START Supplied entries

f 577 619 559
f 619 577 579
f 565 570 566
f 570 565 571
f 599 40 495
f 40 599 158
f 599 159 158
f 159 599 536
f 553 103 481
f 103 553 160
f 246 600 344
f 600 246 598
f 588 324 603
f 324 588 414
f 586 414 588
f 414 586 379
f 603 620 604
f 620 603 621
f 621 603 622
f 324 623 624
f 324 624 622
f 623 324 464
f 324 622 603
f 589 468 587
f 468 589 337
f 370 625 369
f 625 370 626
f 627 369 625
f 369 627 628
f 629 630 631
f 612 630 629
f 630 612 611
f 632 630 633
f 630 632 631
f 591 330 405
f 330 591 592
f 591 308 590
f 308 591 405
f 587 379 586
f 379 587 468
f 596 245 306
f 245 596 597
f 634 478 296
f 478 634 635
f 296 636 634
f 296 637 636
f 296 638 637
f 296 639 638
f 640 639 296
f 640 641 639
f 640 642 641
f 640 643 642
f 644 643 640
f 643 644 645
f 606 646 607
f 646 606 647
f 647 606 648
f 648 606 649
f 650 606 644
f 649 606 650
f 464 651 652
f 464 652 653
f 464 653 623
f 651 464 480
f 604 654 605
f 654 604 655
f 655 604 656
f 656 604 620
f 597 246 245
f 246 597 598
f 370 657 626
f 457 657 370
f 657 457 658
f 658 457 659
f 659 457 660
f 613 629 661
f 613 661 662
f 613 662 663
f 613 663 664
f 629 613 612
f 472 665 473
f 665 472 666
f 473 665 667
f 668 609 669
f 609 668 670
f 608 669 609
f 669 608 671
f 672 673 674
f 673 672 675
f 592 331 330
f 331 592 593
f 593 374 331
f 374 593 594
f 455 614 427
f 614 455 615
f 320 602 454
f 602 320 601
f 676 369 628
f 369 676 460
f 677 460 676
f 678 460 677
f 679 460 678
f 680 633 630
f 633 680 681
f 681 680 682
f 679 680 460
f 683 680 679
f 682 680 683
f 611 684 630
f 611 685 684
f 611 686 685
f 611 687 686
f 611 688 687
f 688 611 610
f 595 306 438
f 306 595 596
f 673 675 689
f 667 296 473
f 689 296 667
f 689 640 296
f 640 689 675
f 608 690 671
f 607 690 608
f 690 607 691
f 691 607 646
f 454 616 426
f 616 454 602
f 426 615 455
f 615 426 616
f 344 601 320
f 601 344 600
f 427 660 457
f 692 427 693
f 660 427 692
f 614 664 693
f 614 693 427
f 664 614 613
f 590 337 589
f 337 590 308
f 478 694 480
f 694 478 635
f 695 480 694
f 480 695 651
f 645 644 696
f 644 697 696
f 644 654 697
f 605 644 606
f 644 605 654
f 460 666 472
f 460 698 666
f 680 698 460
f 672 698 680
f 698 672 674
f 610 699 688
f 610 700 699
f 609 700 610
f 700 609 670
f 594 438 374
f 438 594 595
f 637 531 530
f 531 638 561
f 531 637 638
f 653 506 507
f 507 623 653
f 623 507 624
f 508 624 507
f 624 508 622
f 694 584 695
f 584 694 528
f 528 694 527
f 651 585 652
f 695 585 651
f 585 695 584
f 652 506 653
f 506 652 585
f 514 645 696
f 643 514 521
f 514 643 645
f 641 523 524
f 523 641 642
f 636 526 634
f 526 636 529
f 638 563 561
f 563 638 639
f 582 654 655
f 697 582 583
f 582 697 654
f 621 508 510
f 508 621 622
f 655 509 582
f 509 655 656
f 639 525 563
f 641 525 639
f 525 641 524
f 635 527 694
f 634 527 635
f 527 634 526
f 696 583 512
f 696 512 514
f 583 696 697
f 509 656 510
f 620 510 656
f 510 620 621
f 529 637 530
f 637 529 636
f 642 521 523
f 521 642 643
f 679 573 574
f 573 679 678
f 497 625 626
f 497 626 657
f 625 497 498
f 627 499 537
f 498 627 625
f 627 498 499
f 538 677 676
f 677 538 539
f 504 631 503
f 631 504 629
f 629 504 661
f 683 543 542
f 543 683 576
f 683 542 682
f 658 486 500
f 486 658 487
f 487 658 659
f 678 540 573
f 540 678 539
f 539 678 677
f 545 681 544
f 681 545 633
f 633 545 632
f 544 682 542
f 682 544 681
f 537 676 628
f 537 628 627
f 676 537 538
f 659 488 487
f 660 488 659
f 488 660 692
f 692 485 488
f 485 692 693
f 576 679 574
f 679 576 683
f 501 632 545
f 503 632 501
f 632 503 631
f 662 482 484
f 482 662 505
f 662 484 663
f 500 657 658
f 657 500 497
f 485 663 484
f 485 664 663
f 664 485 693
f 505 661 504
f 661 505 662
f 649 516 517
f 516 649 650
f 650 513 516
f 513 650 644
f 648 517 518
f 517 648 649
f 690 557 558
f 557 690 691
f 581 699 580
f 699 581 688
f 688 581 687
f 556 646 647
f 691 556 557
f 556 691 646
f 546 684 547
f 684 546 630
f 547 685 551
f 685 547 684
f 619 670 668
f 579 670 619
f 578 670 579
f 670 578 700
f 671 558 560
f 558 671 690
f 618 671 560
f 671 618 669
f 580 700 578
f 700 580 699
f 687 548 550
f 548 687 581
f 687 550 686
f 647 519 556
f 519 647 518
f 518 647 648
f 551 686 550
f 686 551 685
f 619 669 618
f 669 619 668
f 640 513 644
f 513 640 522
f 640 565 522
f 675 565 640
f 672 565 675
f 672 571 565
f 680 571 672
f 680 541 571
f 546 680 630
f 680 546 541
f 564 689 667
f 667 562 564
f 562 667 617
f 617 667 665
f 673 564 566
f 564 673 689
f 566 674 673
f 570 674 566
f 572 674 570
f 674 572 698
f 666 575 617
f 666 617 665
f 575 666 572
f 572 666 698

END Supplied entries

■ Exercise brief
The answer is to be the lines from the one holding "f 570 674 566" through the end of the data above, transcribed character for character, both ends included.

■ Finished task
f 570 674 566
f 572 674 570
f 674 572 698
f 666 575 617
f 666 617 665
f 575 666 572
f 572 666 698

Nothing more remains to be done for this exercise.